Work instruction -> Would you return, word for word, the lines of the data below from the line with "e25 v20 v21 LINE" through the line with "e30 v23 v9 LINE", and no others?
========================
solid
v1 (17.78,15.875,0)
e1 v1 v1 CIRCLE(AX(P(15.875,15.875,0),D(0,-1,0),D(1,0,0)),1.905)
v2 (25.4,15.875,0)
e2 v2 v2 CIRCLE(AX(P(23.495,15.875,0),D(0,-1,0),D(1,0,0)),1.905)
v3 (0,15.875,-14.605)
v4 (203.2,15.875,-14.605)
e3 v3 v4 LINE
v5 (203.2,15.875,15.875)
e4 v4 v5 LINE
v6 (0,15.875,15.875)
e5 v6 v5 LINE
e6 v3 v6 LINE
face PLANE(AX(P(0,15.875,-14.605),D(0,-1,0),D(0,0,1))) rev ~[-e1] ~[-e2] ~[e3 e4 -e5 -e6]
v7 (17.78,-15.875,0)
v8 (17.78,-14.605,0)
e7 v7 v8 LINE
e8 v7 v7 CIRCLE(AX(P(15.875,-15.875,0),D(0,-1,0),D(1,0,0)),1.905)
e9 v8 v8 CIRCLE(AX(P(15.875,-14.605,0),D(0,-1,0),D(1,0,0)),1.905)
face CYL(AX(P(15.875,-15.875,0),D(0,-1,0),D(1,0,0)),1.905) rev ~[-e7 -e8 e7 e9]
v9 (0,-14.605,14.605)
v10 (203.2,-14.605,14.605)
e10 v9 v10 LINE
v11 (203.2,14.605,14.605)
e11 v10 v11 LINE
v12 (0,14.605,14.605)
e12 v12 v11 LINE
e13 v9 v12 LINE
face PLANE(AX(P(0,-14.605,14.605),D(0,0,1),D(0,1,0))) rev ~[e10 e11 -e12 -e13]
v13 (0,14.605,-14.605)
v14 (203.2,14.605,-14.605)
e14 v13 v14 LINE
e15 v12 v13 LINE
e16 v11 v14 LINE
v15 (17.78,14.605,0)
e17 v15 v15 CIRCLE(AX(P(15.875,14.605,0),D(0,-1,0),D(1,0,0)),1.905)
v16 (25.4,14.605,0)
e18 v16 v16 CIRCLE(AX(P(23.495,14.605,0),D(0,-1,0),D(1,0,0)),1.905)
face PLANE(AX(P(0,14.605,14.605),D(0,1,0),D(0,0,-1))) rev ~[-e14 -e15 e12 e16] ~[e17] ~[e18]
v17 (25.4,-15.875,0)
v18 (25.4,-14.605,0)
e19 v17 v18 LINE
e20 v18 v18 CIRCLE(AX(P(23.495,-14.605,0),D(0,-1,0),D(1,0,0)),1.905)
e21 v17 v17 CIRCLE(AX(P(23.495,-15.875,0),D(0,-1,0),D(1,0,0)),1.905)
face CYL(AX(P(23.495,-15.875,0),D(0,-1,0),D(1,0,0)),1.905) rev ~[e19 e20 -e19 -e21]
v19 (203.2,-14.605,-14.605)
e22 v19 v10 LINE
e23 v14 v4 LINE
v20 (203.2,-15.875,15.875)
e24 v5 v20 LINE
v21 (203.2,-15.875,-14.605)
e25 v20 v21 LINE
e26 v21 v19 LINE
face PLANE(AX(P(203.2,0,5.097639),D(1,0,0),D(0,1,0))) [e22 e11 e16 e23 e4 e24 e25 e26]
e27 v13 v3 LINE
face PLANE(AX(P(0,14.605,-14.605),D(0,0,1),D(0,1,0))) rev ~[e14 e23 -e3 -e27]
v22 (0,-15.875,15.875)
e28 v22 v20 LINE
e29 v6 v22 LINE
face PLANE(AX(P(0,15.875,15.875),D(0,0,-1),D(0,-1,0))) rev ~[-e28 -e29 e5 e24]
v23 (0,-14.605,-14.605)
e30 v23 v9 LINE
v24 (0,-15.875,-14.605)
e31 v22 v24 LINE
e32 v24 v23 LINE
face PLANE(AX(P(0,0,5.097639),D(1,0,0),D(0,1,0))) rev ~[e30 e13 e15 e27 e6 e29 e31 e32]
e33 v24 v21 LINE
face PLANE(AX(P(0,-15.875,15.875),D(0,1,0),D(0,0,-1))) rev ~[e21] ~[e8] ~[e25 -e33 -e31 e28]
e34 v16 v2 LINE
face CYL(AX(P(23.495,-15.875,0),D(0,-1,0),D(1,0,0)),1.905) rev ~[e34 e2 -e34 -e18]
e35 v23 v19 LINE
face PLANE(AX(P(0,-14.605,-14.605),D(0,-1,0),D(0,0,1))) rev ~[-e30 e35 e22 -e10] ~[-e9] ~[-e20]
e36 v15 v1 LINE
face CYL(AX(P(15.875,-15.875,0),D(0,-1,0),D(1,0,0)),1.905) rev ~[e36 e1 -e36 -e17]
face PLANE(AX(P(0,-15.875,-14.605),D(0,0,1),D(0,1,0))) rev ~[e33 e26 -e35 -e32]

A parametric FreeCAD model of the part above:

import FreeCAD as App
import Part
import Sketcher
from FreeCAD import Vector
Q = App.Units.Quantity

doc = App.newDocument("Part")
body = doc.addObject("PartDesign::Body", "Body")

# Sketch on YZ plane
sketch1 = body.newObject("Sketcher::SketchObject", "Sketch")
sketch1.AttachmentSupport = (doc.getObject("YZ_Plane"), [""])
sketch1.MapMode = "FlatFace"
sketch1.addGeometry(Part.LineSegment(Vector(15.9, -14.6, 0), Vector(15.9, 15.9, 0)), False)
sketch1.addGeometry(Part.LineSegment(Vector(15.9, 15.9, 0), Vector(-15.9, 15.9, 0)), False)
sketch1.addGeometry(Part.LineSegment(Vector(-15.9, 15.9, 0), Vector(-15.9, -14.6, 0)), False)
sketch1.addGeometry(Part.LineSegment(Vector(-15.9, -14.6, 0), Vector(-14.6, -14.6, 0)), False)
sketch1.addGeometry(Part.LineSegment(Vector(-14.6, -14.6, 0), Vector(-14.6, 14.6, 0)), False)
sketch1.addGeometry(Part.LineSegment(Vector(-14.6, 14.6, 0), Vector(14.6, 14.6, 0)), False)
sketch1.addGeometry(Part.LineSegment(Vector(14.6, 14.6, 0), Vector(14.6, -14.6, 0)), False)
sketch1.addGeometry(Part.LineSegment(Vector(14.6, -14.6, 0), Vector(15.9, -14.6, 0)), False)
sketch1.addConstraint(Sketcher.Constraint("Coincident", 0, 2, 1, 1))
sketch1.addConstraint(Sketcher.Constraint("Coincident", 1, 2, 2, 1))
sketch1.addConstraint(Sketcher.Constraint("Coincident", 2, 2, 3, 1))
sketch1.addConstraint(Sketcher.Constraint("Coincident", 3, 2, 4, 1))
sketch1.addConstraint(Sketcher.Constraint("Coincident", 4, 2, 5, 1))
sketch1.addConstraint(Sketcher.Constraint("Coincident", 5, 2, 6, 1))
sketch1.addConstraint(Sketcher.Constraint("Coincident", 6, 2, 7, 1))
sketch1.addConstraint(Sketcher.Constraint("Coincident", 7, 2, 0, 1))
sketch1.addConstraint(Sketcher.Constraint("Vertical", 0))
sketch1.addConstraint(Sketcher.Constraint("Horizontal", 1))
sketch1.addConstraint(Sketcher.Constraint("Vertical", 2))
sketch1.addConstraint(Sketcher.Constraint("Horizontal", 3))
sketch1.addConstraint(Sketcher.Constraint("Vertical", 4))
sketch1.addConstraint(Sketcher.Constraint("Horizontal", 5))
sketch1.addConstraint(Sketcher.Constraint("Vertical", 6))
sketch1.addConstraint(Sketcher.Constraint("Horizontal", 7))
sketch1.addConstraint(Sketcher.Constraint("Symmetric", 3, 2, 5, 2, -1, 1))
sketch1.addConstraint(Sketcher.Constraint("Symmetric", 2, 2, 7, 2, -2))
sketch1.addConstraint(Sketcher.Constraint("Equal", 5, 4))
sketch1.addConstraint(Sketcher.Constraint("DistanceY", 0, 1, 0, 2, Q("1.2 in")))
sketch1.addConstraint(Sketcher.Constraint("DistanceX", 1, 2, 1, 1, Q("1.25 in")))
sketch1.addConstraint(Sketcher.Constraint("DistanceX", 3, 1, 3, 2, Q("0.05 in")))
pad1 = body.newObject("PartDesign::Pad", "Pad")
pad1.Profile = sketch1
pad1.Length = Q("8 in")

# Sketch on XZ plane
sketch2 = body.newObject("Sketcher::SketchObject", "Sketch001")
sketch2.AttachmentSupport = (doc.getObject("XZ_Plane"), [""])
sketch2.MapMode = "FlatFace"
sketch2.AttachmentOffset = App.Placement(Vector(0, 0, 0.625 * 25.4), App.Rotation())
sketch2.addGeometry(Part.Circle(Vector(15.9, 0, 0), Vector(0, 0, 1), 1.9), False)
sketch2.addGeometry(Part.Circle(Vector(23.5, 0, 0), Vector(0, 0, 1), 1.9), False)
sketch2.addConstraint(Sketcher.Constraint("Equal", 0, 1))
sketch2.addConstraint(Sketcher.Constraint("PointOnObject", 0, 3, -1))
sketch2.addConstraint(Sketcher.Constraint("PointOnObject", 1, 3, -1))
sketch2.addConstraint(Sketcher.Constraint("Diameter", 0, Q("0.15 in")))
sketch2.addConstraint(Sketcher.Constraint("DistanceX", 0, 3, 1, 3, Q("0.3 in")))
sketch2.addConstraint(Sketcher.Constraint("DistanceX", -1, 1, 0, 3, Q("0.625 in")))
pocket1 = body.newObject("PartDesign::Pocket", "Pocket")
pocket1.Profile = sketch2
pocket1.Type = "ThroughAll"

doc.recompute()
========================
Exercise result ->
e25 v20 v21 LINE
e26 v21 v19 LINE
face PLANE(AX(P(203.2,0,5.097639),D(1,0,0),D(0,1,0))) [e22 e11 e16 e23 e4 e24 e25 e26]
e27 v13 v3 LINE
face PLANE(AX(P(0,14.605,-14.605),D(0,0,1),D(0,1,0))) rev ~[e14 e23 -e3 -e27]
v22 (0,-15.875,15.875)
e28 v22 v20 LINE
e29 v6 v22 LINE
face PLANE(AX(P(0,15.875,15.875),D(0,0,-1),D(0,-1,0))) rev ~[-e28 -e29 e5 e24]
v23 (0,-14.605,-14.605)
e30 v23 v9 LINE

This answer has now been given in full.